This is serious. I have no doubt that something historic has happened: A wish, a hope, a determination the size of humanity itself has found international language. “Prolonged applause broke out as the president of the negotiating conference, Costa Rican ambassador Elayne Whyte Gomez, gaveled through the landmark accord,” according to the Bulletin of the Atomic Scientists. “‘We have managed to sow the first seeds of a world free of nuclear weapons,’ she said.”
But nonetheless, I feel a sense of cynicism and hopelessness activated as well. Does this treaty sow any real seeds, that is to say, does it put nuclear disarmament into motion in the real world, or are her words just another pretty metaphor? And are metaphors all we get?
Nikki Haley, the Trump administration’s U.N. ambassador, said last March, according to CNN, as she announced that the U.S. would boycott the talks, that as a mom and daughter, “There is nothing I want more for my family than a world with no nuclear weapons.”
How nice.
“But,” she said, “we have to be realistic.”
In years gone by, the diplomat’s finger would then have pointed to the Russians (or the Soviets) or the Chinese. But Haley said: “Is there anyone that believes that North Korea would agree to a ban on nuclear weapons?”
So this is the “realism” that is presently justifying America’s grip on its nearly 7,000 nuclear weapons, along with its trillion-dollar ‘modernization’ program: tiny North Korea, our enemy du jour, which, as we all know, just tested a ballistic missile and is portrayed in the U.S. media as a wildly irrational little nation with a world-conquest agenda and no legitimate concern about its own security. So, sorry Mom, sorry kids, we have no choice.
The point being, any enemy will do. The realism Haley was summoning was economic and political in nature far more than it had anything to do with real national security — which would have to acknowledge the legitimacy of a planetary concern about nuclear war and honor previous treaty commitments to work toward disarmament. Mutually Assured Destruction is not realism; it’s a suicidal standoff, with the certainty that eventually something’s going to give.
How can the realism manifest in the Treaty on the Prohibition of Nuclear Weapons penetrate the consciousness of the nuclear-armed nine?
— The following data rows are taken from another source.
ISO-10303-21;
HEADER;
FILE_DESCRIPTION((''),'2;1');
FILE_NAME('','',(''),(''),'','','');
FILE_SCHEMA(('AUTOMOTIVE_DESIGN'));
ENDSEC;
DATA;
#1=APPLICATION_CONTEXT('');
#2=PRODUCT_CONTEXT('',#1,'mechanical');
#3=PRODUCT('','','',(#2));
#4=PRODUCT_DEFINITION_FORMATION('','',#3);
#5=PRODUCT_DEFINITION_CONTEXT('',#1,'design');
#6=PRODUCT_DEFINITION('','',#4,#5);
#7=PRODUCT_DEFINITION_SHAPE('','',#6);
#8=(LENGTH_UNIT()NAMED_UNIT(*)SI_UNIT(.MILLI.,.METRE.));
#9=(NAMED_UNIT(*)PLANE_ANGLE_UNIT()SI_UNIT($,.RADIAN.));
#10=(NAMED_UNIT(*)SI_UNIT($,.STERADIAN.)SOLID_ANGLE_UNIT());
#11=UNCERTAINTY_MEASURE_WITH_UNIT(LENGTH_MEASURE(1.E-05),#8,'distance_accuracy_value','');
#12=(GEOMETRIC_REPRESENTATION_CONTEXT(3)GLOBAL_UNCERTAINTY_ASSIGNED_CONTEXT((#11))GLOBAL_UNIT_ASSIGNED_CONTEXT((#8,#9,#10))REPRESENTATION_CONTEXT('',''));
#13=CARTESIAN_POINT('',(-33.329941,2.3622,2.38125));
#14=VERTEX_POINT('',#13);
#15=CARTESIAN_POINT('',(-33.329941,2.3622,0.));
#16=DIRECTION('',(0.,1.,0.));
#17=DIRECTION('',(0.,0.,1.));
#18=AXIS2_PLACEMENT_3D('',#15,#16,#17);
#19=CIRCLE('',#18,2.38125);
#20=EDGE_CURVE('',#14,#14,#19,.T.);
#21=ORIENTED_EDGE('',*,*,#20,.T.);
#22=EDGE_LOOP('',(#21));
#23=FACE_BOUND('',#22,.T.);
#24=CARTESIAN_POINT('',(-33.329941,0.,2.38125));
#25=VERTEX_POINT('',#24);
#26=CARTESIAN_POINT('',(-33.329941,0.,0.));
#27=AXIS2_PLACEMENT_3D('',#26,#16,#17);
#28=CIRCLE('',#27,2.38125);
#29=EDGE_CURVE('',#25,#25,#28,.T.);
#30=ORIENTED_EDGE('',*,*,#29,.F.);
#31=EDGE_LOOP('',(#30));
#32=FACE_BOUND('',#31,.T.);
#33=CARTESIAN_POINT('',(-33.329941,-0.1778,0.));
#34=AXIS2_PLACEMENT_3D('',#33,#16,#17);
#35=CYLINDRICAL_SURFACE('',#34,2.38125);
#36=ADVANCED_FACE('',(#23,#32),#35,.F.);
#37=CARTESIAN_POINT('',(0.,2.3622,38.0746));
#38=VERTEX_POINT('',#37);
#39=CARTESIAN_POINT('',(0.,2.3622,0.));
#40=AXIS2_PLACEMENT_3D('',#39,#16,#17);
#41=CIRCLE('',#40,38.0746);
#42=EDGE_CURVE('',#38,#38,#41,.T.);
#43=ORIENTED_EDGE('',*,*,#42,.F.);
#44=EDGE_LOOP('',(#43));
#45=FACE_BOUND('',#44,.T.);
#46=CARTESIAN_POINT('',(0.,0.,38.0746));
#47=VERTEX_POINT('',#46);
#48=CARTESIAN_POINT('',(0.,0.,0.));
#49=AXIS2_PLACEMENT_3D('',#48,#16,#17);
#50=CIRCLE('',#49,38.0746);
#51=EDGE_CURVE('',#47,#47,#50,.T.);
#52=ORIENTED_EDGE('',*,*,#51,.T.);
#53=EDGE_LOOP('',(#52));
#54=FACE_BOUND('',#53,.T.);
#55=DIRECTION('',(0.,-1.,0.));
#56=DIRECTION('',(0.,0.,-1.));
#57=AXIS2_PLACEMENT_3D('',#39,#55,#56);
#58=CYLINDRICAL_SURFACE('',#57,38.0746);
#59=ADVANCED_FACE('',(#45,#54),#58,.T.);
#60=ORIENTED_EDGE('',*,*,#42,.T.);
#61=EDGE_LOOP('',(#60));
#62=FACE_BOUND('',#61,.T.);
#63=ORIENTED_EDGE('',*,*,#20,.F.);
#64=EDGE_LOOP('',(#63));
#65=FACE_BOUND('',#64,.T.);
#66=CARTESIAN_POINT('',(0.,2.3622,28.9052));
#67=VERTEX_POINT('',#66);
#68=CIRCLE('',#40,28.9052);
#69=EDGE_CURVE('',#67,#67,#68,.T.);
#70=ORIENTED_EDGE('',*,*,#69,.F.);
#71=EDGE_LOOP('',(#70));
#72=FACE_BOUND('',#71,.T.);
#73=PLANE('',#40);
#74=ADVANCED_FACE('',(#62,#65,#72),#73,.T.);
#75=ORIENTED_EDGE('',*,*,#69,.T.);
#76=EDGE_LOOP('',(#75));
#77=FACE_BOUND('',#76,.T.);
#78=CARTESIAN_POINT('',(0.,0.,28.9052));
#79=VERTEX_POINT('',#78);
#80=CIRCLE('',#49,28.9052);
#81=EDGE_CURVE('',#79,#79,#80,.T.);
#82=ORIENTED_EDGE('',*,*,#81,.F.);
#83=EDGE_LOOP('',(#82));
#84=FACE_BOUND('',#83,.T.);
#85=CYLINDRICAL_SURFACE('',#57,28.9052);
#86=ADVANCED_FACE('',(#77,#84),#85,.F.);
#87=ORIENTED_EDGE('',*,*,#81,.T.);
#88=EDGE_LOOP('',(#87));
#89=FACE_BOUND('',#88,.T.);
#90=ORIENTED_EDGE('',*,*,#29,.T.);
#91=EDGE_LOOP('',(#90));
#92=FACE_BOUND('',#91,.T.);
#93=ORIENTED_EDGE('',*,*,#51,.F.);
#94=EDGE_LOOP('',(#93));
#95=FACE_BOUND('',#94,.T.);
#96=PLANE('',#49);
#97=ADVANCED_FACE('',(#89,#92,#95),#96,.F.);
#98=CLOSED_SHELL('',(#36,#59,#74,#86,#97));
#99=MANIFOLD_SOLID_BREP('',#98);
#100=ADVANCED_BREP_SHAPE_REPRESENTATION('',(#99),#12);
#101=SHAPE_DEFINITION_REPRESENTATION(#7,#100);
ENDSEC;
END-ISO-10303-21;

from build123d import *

# Parameters (mm, degrees)
SKETCH1_R           = 38.0746
SKETCH1_R_2         = 28.9052
BOSS_EXTRUDE1_DEPTH = 2.3622
SKETCH2_R           = 2.38125
CUT_EXTRUDE2_DEPTH  = 2.54


with BuildPart() as part:
    # Sketch1 → Boss-Extrude1 (new body)
    with BuildSketch(Plane(origin=(0, 0, 0), x_dir=(1, 0, 0), z_dir=(0, 1, 0))):
        with Locations(Location((0, 0, 0), (0, 0, 270))):
            Circle(SKETCH1_R)
        with Locations(Location((0, 0, 0), (0, 0, 270))):
            Circle(SKETCH1_R_2, mode=Mode.SUBTRACT)
    extrude(amount=BOSS_EXTRUDE1_DEPTH)

    # Sketch2 → Cut-Extrude2 (cut)
    with BuildSketch(Plane(origin=(0, 2.3622, 0), x_dir=(1, 0, 0), z_dir=(0, 1, 0))):
        with Locations(Location((-33.329941143, 0, 0), (0, 0, 270))):
            Circle(SKETCH2_R)
    extrude(amount=-CUT_EXTRUDE2_DEPTH, mode=Mode.SUBTRACT)


solid = part.part
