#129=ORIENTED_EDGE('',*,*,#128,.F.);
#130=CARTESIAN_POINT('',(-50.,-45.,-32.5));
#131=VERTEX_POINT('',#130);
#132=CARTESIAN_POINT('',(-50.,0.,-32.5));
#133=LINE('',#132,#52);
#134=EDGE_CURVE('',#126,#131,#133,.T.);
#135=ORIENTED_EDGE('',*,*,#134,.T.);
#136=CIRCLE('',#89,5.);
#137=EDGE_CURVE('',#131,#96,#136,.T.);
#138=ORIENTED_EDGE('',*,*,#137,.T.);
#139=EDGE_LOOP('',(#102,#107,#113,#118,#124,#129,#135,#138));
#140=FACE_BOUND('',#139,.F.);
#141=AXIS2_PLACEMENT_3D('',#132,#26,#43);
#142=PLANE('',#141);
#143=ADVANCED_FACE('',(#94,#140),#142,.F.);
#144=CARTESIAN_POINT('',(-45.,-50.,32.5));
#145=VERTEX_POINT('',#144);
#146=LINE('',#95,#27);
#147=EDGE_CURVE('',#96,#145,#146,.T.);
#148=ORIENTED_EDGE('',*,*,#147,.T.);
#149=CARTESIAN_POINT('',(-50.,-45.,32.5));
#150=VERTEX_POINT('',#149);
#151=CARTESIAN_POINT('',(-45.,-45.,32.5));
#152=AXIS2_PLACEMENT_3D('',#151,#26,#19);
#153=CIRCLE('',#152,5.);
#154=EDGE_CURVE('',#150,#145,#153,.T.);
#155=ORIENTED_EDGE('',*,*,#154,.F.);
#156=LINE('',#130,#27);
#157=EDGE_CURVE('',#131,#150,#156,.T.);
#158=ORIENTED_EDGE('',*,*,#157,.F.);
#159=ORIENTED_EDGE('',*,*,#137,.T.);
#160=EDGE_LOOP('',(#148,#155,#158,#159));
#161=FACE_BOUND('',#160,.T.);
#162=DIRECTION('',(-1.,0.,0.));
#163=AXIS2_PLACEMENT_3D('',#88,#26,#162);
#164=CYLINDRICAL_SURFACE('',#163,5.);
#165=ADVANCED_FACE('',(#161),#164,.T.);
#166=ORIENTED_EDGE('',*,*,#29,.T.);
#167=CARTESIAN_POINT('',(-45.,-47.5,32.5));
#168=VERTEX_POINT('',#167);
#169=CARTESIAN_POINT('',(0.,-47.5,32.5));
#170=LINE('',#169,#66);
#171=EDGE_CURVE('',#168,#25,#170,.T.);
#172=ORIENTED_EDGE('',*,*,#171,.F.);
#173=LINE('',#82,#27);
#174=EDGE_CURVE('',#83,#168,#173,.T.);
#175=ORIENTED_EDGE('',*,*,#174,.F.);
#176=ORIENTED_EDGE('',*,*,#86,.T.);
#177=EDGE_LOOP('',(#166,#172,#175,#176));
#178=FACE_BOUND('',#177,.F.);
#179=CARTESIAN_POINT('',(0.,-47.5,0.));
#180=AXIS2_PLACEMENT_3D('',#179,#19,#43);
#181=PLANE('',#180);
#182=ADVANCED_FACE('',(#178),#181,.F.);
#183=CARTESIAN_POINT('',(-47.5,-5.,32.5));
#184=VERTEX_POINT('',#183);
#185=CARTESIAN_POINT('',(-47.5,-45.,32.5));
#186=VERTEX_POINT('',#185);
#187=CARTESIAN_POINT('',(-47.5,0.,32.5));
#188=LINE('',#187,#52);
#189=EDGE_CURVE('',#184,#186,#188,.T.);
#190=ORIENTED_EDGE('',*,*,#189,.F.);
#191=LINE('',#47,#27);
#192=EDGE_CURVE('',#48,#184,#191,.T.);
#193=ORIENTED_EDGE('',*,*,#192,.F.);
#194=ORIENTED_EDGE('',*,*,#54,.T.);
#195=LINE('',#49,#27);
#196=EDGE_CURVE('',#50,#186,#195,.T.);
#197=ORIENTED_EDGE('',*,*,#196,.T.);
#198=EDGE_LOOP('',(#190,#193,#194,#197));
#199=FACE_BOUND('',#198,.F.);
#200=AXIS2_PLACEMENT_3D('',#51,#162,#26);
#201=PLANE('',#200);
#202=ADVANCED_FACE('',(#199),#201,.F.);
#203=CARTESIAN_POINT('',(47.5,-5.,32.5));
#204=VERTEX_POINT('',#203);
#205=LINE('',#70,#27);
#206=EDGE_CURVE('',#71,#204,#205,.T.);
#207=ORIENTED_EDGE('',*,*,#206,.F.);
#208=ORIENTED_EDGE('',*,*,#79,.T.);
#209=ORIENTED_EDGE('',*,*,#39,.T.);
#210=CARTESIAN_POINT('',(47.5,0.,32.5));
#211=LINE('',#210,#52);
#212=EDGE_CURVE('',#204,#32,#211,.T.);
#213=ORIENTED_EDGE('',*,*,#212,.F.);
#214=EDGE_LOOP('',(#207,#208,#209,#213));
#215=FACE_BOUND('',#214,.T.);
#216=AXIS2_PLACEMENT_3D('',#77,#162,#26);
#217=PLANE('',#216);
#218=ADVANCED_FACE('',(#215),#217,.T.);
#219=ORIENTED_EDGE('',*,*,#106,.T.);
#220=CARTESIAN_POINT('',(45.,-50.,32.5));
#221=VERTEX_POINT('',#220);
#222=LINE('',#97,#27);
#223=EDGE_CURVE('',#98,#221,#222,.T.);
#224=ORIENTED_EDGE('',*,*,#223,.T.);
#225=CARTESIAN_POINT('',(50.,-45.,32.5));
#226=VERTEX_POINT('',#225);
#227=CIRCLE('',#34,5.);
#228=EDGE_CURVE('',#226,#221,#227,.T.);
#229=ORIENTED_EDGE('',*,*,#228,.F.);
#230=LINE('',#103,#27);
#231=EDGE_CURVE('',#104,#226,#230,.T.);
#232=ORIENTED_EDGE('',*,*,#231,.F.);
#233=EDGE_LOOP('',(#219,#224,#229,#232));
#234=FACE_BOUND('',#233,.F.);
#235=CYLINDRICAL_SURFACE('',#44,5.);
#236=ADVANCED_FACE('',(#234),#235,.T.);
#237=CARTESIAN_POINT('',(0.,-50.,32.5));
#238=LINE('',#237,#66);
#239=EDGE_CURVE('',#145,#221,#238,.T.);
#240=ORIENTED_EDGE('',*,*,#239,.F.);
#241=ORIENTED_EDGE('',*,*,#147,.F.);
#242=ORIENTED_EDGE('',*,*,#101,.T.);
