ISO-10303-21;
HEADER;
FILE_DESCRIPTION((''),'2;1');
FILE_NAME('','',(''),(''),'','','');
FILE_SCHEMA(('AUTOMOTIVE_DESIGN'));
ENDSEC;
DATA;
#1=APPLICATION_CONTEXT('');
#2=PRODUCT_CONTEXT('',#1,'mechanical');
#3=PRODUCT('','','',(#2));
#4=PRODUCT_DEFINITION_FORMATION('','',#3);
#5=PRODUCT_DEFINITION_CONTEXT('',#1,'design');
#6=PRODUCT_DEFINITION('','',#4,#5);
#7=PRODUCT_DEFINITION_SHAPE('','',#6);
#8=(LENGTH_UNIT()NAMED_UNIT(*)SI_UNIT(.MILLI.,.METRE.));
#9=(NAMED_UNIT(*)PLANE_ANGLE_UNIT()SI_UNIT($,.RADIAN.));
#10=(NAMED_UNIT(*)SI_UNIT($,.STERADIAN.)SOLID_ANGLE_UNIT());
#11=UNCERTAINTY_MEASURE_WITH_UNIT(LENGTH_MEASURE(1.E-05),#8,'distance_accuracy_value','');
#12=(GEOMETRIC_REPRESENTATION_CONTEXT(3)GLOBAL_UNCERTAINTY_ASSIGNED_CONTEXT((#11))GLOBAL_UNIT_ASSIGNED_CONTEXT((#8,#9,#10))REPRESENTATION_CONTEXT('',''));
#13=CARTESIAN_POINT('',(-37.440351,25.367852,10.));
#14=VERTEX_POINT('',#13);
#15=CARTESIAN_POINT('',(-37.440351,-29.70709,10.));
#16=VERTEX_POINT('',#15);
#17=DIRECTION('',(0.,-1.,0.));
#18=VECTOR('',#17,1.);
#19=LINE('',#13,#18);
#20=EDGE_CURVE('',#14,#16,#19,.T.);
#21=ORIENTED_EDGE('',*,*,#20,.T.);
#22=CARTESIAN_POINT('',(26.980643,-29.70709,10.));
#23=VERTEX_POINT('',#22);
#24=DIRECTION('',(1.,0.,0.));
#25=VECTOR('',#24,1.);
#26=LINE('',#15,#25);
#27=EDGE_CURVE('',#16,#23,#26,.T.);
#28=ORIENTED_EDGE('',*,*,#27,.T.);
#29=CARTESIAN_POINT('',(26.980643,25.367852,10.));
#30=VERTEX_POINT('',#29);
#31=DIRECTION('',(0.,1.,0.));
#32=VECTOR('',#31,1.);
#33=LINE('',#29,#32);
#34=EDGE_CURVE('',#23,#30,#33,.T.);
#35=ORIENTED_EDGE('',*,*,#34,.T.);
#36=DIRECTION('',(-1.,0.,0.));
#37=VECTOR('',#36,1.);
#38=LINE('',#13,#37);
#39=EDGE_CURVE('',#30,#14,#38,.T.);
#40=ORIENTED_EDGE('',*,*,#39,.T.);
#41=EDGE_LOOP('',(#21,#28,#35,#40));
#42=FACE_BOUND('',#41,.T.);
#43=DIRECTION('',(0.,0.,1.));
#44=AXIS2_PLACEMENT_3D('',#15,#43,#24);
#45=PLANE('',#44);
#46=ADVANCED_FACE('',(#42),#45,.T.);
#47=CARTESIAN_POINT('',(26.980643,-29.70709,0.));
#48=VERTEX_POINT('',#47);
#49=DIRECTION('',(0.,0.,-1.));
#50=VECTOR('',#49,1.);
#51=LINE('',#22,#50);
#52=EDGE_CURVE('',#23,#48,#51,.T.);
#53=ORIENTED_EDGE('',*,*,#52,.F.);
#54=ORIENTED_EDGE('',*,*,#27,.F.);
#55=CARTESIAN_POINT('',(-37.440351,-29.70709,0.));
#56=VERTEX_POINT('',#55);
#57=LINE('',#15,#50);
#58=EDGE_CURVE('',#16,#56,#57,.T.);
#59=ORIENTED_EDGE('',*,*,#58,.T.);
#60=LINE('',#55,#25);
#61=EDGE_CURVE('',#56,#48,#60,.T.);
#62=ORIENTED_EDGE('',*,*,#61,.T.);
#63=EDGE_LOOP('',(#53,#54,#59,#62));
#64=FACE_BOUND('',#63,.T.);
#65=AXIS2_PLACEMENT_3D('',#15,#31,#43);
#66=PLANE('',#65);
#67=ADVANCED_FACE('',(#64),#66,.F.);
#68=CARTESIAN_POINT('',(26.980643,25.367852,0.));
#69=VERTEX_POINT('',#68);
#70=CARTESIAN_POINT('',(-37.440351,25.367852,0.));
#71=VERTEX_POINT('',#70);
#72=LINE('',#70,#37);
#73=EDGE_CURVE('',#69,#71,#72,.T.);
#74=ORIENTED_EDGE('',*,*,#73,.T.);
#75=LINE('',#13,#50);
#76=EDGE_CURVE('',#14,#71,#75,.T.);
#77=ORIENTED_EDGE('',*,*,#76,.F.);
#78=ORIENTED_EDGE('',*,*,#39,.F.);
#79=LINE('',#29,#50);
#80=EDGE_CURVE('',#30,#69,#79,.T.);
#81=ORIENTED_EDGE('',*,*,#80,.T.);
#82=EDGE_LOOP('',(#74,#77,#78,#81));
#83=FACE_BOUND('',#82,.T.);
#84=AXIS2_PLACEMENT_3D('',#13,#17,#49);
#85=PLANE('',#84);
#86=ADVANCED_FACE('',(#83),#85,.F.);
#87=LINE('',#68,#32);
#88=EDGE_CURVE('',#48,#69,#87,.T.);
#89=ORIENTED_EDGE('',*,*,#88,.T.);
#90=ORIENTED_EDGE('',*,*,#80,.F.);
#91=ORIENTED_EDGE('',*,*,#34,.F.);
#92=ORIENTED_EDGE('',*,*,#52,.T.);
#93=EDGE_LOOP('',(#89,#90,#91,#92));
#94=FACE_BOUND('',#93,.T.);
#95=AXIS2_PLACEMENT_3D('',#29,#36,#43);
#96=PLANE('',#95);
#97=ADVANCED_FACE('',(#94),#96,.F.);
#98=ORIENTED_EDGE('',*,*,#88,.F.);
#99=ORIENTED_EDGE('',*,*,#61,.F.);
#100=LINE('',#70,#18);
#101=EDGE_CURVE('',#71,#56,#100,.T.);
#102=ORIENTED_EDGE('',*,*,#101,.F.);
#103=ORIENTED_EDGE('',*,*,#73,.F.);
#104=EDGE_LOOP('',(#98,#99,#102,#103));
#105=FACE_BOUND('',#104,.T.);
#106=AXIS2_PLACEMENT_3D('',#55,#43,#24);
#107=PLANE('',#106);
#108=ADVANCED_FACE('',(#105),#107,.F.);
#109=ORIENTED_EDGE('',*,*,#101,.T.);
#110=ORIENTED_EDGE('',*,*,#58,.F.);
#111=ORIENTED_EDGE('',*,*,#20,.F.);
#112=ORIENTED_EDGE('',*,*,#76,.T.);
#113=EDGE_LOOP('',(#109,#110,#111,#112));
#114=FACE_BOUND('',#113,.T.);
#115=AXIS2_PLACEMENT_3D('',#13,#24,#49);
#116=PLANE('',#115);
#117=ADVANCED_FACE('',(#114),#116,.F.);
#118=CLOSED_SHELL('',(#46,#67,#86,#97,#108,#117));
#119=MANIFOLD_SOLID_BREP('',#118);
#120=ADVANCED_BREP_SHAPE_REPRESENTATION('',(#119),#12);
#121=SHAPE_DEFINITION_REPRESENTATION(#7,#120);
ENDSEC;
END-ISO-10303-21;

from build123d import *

# Parameters (mm, degrees)
SKETCH1_W      = 64.42099369
SKETCH1_H      = 55.074942791
EXTRUDE1_DEPTH = 10


with BuildPart() as part:
    # Sketch1 → Extrude1 (new body)
    with BuildSketch(Plane.XY):
        with Locations((-5.229854302, -2.169618959)):
            Rectangle(SKETCH1_W, SKETCH1_H)
    extrude(amount=EXTRUDE1_DEPTH)


solid = part.part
A change of mind or heart — a jettisoning of the fear that these insanely destructive weapons are crucial to national security — is, presumably, the only way global nuclear disarmament will happen. I don’t believe it can happen by force or coercion.
I therefore pay homage to South Africa, which played a crucial role in the treaty’s passage, as the Bulletin of the Atomic Scientists reports, and happens to be the only country on Earth that once possessed nuclear weapons and no longer does. It dismantled its nukes just as it went through its extraordinary transition, in the early ‘90s, from a nation of institutionalized racism to one of full rights for all. Is that the change of national consciousness that’s necessary?
“Working hand in hand with civil society, (we) took an extraordinary step (today) to save humanity from the frightful specter of nuclear weapons,” said South Africa’s U.N. ambassador, Nozipho Mxakato-Diseko.
And then we have the realism of Setsuko Thurlow, a survivor of the Hiroshima bombing on August 6, 1945. Recounting the aftermath of this horror recently, which she experienced as a young girl, she said of the people she saw: “Their hair was standing on end — I don’t know why — and their eyes were swollen shut from the burns. Some peoples’ eyeballs were hanging out of the sockets. Some were holding their own eyes in their hands. Nobody was running. Nobody was yelling. It was totally silent, totally still. All you could hear were the whispers for ‘water, water.’”
After the treaty’s passage last week, she spoke with an awareness I can only hope defines the future for all of us: “I have been waiting for this day for seven decades and I am overjoyed that it has finally arrived. This is the beginning of the end of nuclear weapons.”